Saved data entries:

= = =

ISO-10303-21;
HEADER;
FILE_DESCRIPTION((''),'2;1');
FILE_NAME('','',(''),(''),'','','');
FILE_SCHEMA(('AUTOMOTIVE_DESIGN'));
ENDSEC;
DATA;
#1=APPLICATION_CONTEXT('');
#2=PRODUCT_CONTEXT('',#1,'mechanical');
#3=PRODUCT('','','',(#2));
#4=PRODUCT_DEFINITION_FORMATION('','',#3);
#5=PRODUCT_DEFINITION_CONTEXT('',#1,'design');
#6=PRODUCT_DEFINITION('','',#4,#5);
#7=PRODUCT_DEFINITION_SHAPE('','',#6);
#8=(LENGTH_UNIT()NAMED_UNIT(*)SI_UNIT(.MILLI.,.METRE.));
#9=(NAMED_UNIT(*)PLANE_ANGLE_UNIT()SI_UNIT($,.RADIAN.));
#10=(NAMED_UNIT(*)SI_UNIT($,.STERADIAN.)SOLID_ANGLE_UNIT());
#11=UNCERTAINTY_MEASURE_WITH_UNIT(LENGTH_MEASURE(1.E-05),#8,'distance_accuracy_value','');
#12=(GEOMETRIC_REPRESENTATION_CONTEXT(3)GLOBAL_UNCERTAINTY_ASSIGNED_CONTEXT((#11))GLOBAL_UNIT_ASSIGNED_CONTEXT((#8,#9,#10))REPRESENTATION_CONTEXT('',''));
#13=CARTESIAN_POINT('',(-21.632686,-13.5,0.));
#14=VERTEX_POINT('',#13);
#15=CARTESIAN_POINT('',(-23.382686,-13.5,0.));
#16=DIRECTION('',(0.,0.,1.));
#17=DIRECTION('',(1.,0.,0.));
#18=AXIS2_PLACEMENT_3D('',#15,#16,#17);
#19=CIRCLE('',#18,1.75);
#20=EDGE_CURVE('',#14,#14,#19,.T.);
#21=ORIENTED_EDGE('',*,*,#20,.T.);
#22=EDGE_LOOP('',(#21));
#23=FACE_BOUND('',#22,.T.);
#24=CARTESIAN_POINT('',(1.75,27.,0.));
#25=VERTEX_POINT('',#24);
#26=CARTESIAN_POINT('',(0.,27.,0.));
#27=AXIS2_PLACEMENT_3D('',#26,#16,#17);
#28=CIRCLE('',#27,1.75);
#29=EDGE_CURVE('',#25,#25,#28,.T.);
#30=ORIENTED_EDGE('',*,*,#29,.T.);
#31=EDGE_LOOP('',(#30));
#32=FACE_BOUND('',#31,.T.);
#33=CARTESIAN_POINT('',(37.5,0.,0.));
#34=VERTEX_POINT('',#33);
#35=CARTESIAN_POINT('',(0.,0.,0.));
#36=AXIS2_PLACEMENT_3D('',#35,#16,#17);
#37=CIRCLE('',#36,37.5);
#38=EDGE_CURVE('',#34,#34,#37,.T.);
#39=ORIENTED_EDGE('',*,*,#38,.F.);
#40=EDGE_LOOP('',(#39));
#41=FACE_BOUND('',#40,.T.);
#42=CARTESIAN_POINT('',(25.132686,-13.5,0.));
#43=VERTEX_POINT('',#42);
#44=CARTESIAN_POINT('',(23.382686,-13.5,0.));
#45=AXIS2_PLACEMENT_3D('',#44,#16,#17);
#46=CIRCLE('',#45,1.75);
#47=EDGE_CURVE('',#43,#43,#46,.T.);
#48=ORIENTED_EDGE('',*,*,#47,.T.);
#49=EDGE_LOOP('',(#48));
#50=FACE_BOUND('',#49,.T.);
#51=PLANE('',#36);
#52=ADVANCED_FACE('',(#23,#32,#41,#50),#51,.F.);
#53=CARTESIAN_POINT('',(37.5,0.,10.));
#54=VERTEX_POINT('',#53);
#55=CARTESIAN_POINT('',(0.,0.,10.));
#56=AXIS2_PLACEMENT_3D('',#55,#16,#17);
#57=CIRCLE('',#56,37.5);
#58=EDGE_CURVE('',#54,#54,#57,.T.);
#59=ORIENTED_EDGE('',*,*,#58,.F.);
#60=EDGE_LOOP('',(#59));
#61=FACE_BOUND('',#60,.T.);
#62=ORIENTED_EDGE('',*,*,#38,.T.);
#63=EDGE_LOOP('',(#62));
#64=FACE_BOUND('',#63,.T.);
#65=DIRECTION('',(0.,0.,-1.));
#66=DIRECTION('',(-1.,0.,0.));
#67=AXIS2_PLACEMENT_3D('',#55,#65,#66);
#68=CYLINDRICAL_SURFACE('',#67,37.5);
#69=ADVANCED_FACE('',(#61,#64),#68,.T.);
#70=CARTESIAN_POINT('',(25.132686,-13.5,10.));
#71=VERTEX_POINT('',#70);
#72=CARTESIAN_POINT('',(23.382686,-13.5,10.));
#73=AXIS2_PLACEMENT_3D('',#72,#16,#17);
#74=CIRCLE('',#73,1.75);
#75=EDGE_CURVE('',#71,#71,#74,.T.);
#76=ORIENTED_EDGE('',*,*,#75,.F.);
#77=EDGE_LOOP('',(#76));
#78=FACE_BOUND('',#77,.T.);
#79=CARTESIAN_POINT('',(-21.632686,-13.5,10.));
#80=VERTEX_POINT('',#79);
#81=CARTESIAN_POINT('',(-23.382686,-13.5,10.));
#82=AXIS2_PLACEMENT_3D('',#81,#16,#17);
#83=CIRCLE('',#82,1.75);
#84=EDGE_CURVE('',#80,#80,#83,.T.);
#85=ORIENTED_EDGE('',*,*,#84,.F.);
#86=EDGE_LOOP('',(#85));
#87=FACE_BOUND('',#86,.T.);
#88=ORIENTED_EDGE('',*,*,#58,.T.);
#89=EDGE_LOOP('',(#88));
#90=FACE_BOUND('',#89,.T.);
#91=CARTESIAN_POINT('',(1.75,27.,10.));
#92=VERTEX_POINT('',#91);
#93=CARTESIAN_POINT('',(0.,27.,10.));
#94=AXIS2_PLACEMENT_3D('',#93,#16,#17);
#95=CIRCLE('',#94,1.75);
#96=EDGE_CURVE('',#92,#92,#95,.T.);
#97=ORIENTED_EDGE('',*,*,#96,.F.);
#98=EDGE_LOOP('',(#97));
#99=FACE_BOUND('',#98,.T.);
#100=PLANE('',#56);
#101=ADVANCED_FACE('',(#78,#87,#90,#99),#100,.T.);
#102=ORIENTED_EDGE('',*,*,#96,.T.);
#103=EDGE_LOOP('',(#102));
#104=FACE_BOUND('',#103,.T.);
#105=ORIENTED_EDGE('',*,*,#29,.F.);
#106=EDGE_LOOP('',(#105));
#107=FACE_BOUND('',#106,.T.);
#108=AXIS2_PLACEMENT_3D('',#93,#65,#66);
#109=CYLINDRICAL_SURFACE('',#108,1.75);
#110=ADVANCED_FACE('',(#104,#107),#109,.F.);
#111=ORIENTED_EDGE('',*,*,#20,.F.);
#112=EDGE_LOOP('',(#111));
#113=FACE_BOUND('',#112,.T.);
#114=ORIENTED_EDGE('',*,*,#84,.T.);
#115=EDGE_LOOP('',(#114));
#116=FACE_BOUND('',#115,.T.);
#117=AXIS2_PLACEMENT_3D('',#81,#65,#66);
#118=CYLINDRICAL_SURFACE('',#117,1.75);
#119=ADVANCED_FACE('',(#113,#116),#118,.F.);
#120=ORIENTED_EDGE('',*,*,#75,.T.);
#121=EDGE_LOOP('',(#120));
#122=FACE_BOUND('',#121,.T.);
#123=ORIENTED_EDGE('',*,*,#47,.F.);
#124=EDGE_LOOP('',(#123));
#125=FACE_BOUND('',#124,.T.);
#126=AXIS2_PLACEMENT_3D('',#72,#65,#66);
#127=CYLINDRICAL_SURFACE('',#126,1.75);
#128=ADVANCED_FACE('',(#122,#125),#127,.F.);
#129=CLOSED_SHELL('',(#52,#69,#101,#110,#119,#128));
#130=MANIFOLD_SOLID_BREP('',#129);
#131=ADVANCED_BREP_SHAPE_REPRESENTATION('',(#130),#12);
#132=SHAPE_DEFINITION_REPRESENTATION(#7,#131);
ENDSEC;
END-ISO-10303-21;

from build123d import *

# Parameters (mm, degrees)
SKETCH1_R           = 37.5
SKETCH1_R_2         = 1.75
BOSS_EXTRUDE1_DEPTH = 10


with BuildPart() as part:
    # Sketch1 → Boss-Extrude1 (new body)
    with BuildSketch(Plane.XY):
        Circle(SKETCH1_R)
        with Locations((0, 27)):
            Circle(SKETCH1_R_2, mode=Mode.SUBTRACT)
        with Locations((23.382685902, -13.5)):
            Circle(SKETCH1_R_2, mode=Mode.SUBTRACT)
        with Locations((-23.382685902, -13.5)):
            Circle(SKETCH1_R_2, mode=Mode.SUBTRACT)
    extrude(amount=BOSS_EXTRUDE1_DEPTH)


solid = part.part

= = =

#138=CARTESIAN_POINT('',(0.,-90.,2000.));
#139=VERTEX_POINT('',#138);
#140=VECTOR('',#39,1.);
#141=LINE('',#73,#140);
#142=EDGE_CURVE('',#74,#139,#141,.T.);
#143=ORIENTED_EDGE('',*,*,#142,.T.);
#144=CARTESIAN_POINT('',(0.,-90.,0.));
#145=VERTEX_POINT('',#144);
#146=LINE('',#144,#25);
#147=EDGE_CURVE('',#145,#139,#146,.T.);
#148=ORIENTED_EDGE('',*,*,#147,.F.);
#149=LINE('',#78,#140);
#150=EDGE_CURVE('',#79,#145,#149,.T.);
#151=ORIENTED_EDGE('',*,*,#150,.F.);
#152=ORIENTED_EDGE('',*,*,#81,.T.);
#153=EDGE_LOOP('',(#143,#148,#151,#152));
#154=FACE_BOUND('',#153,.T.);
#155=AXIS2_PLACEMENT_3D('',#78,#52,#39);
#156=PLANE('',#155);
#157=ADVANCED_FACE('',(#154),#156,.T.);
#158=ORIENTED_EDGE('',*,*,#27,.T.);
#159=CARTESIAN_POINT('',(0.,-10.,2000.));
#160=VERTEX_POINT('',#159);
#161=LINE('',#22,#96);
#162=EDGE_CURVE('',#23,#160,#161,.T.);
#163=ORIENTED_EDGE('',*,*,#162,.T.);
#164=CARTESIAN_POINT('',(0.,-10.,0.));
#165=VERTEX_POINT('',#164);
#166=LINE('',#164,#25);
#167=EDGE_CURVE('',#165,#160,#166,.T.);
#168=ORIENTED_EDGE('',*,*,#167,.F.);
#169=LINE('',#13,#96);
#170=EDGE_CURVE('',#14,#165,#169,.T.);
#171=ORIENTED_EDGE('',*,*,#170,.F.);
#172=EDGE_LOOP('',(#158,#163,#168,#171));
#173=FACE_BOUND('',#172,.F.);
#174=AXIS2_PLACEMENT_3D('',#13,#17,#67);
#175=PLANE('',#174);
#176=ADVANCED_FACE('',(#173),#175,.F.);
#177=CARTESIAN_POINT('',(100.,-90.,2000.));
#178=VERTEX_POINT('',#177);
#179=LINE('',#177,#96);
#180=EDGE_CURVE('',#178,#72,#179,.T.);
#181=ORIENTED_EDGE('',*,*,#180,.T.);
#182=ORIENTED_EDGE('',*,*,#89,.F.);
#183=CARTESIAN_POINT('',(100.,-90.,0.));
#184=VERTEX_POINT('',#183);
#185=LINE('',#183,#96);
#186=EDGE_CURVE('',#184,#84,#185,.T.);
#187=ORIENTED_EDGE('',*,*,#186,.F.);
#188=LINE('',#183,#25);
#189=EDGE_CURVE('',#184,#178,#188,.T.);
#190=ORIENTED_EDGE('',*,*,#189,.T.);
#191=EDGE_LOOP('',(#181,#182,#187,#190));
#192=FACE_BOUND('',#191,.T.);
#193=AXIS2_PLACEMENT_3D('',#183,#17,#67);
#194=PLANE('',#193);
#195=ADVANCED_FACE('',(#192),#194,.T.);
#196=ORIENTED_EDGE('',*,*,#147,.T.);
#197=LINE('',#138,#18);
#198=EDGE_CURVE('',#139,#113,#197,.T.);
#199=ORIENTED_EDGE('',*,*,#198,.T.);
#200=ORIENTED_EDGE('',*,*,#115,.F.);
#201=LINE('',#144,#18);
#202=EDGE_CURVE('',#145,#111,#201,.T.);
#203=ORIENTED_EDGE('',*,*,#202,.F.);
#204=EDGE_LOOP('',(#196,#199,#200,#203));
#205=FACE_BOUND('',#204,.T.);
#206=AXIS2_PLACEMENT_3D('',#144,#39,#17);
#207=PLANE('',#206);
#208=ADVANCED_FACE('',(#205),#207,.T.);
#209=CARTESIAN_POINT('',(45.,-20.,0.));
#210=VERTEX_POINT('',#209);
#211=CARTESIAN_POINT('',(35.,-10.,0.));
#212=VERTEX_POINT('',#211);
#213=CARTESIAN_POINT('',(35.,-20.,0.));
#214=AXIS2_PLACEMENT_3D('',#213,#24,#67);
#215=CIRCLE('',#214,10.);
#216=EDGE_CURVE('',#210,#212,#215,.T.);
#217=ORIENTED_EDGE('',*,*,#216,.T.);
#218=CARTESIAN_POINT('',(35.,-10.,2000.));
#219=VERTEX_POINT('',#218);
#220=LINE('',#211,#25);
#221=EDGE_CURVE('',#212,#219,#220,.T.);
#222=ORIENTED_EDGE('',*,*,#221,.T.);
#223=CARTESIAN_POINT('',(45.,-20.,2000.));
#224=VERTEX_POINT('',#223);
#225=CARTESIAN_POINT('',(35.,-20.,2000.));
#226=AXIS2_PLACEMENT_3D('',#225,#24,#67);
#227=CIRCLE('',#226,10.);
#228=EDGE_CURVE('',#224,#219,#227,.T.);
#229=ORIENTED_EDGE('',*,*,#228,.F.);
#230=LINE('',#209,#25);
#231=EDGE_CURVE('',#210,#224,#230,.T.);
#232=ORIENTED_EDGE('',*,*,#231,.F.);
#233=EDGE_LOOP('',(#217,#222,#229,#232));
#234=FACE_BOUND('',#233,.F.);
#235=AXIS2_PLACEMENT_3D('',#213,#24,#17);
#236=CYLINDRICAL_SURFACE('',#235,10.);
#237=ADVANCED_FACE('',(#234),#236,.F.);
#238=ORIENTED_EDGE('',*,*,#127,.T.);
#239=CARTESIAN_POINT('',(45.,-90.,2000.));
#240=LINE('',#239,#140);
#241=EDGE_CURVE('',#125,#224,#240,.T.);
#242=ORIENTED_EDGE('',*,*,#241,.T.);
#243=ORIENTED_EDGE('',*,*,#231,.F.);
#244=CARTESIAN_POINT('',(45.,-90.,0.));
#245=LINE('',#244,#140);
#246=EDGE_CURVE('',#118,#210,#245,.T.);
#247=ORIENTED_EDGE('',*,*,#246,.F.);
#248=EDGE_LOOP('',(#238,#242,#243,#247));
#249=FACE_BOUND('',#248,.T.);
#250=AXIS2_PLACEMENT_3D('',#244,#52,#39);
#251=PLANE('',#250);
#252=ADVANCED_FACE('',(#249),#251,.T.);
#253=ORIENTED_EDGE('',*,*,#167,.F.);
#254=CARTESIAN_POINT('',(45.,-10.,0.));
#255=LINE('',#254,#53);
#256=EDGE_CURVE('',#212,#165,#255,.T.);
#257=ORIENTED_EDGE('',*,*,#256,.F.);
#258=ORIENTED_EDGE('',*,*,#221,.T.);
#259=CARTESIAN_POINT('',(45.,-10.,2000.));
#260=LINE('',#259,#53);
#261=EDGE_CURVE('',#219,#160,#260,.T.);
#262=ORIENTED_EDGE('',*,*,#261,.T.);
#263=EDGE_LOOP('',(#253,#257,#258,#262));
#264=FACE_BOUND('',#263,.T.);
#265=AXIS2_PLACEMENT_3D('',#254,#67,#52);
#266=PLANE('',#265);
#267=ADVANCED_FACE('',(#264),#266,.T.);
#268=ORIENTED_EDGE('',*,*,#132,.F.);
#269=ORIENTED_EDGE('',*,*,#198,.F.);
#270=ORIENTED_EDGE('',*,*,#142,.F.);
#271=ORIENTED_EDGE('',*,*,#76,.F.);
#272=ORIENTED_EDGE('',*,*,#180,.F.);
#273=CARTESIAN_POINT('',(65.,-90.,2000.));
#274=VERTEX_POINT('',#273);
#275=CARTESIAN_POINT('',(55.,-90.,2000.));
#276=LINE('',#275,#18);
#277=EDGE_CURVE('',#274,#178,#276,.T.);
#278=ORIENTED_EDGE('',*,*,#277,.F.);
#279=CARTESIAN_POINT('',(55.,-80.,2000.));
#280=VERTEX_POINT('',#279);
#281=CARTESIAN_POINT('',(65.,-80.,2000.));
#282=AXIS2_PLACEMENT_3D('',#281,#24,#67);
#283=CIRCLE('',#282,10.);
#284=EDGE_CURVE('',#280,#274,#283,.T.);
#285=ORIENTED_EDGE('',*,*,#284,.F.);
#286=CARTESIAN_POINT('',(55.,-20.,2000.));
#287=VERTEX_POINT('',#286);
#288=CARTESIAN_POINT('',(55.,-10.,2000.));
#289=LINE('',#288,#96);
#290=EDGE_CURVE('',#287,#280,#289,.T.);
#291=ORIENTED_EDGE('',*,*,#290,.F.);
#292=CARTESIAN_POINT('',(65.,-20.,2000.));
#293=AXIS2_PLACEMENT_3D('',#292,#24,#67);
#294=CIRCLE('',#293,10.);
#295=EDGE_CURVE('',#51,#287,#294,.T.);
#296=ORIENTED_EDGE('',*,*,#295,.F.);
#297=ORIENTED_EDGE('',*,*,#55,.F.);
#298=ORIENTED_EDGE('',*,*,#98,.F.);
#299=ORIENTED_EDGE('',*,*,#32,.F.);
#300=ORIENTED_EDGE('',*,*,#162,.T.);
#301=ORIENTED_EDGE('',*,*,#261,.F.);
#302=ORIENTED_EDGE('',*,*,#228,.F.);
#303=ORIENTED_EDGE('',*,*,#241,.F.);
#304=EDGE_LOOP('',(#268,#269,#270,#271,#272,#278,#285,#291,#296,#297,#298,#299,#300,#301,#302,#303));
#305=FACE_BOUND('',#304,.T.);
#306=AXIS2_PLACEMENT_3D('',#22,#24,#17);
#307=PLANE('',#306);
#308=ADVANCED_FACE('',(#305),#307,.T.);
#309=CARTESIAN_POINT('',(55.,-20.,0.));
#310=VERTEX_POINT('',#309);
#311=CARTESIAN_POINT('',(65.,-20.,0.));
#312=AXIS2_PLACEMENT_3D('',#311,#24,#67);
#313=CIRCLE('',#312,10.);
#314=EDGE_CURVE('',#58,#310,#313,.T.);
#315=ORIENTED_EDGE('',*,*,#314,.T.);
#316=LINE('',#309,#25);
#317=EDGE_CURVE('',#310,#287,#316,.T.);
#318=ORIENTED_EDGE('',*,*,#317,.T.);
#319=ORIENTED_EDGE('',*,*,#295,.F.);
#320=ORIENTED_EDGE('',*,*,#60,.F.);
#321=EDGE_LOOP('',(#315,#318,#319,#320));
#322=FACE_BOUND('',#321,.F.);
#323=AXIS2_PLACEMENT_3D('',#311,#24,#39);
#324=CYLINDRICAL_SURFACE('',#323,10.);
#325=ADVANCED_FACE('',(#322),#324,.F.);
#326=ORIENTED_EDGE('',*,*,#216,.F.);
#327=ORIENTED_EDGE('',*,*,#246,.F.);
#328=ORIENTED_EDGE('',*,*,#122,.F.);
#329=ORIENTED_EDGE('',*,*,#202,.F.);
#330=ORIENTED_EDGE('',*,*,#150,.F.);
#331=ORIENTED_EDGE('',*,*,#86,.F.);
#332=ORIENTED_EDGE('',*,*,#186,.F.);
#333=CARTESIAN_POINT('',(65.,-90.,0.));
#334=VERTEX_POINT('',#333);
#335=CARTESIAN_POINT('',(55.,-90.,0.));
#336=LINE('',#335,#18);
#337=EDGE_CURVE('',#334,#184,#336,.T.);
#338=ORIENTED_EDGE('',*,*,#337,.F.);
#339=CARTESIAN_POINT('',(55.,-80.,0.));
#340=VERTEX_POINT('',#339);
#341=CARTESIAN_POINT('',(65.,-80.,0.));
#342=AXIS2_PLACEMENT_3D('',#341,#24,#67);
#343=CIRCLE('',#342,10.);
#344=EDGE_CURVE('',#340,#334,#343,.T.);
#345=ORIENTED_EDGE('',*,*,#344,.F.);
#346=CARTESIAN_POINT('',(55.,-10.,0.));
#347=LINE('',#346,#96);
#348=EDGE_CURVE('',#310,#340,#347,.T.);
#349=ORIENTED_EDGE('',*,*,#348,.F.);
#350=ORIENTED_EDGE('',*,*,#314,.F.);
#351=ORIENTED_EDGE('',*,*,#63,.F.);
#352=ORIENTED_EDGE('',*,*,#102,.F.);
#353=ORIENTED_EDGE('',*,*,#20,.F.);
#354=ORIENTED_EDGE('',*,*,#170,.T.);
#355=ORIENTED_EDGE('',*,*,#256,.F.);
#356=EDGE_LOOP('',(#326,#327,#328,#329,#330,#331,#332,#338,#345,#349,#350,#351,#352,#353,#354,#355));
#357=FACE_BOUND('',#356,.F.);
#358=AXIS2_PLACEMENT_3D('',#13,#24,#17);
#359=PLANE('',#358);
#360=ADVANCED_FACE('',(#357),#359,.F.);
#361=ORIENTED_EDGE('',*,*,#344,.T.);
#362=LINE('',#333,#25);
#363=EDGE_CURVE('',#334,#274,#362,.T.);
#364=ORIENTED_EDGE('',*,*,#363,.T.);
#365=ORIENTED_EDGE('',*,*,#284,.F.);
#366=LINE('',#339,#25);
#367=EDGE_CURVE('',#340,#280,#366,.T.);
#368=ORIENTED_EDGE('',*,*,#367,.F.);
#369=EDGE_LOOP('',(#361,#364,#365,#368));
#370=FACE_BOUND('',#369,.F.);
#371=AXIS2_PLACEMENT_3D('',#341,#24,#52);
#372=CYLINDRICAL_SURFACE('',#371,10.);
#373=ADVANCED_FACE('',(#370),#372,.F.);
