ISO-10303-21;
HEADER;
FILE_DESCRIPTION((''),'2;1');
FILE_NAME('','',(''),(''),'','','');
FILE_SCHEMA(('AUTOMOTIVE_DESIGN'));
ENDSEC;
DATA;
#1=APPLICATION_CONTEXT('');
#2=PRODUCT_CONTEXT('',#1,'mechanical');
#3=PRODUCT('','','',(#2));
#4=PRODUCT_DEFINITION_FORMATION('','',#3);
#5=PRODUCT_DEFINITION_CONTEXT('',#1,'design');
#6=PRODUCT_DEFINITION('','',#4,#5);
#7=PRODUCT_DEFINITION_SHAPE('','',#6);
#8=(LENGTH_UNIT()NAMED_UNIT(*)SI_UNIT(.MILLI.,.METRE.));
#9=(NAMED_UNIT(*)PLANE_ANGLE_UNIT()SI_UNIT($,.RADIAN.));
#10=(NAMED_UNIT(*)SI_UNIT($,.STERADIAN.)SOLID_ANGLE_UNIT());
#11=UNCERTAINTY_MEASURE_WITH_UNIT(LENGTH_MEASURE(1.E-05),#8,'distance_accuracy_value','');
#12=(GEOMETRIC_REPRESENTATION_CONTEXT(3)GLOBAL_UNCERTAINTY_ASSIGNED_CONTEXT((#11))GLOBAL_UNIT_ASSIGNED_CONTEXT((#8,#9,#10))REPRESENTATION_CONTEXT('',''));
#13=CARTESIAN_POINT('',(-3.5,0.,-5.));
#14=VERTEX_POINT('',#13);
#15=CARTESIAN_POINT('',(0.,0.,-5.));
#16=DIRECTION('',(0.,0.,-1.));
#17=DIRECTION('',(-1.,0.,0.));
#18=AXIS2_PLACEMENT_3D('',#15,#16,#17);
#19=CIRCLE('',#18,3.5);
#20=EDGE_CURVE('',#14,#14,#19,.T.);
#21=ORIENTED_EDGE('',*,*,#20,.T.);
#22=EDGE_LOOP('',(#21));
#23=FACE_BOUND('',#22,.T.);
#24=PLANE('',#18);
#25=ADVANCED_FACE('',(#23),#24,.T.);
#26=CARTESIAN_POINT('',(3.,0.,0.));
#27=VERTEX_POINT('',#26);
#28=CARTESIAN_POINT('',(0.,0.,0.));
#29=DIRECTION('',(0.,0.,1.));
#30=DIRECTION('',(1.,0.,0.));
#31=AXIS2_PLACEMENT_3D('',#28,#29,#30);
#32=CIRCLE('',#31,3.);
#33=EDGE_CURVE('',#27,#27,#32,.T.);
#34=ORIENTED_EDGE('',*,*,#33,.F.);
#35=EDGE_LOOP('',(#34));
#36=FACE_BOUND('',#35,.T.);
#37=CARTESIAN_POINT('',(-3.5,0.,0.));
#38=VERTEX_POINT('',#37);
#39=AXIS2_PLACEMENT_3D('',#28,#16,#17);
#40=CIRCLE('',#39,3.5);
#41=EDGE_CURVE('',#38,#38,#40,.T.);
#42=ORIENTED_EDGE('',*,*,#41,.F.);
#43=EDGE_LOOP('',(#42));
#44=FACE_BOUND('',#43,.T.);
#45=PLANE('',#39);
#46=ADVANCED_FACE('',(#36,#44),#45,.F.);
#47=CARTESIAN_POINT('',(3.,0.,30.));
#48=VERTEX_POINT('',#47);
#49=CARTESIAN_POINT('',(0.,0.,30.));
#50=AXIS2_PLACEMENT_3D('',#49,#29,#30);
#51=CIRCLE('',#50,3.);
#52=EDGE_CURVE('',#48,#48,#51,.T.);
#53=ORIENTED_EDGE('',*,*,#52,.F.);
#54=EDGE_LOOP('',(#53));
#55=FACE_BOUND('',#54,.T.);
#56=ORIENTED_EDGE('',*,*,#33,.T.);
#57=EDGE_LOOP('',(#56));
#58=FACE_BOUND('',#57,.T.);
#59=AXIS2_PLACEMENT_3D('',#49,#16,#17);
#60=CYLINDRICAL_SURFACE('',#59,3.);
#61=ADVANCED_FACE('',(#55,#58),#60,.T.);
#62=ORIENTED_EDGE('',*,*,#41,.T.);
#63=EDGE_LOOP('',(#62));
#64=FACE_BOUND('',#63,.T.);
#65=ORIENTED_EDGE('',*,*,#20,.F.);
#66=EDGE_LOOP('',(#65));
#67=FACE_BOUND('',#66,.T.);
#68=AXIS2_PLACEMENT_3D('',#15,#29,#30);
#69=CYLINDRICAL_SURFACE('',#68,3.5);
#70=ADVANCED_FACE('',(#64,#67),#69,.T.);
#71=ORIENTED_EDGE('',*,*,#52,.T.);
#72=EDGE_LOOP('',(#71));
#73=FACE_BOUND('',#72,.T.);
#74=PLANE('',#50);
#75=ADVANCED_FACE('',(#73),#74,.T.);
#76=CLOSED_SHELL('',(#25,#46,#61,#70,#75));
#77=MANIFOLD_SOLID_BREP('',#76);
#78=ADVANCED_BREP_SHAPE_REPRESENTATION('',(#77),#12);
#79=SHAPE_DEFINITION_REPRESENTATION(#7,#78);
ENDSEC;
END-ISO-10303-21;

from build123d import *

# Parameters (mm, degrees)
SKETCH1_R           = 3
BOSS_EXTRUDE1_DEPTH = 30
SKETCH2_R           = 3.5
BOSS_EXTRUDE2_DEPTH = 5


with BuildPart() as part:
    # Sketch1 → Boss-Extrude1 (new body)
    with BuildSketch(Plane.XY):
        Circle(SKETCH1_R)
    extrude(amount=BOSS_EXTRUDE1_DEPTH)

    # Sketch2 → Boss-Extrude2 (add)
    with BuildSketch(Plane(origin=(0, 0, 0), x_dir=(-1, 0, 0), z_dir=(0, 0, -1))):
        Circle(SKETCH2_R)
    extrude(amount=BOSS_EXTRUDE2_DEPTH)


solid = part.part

= = =

■ Your goal: The expected answer is an exact copy of the lines above, beginning at the line with "#204=EDGE_LOOP('',(#196,#199,#200,#203));" and ending at the line with "#248=EDGE_LOOP('',(#238,#242,#243,#247));", with both ends in.

■ Reply to the task:
#204=EDGE_LOOP('',(#196,#199,#200,#203));
#205=FACE_BOUND('',#204,.T.);
#206=AXIS2_PLACEMENT_3D('',#144,#39,#17);
#207=PLANE('',#206);
#208=ADVANCED_FACE('',(#205),#207,.T.);
#209=CARTESIAN_POINT('',(45.,-20.,0.));
#210=VERTEX_POINT('',#209);
#211=CARTESIAN_POINT('',(35.,-10.,0.));
#212=VERTEX_POINT('',#211);
#213=CARTESIAN_POINT('',(35.,-20.,0.));
#214=AXIS2_PLACEMENT_3D('',#213,#24,#67);
#215=CIRCLE('',#214,10.);
#216=EDGE_CURVE('',#210,#212,#215,.T.);
#217=ORIENTED_EDGE('',*,*,#216,.T.);
#218=CARTESIAN_POINT('',(35.,-10.,2000.));
#219=VERTEX_POINT('',#218);
#220=LINE('',#211,#25);
#221=EDGE_CURVE('',#212,#219,#220,.T.);
#222=ORIENTED_EDGE('',*,*,#221,.T.);
#223=CARTESIAN_POINT('',(45.,-20.,2000.));
#224=VERTEX_POINT('',#223);
#225=CARTESIAN_POINT('',(35.,-20.,2000.));
#226=AXIS2_PLACEMENT_3D('',#225,#24,#67);
#227=CIRCLE('',#226,10.);
#228=EDGE_CURVE('',#224,#219,#227,.T.);
#229=ORIENTED_EDGE('',*,*,#228,.F.);
#230=LINE('',#209,#25);
#231=EDGE_CURVE('',#210,#224,#230,.T.);
#232=ORIENTED_EDGE('',*,*,#231,.F.);
#233=EDGE_LOOP('',(#217,#222,#229,#232));
#234=FACE_BOUND('',#233,.F.);
#235=AXIS2_PLACEMENT_3D('',#213,#24,#17);
#236=CYLINDRICAL_SURFACE('',#235,10.);
#237=ADVANCED_FACE('',(#234),#236,.F.);
#238=ORIENTED_EDGE('',*,*,#127,.T.);
#239=CARTESIAN_POINT('',(45.,-90.,2000.));
#240=LINE('',#239,#140);
#241=EDGE_CURVE('',#125,#224,#240,.T.);
#242=ORIENTED_EDGE('',*,*,#241,.T.);
#243=ORIENTED_EDGE('',*,*,#231,.F.);
#244=CARTESIAN_POINT('',(45.,-90.,0.));
#245=LINE('',#244,#140);
#246=EDGE_CURVE('',#118,#210,#245,.T.);
#247=ORIENTED_EDGE('',*,*,#246,.F.);
#248=EDGE_LOOP('',(#238,#242,#243,#247));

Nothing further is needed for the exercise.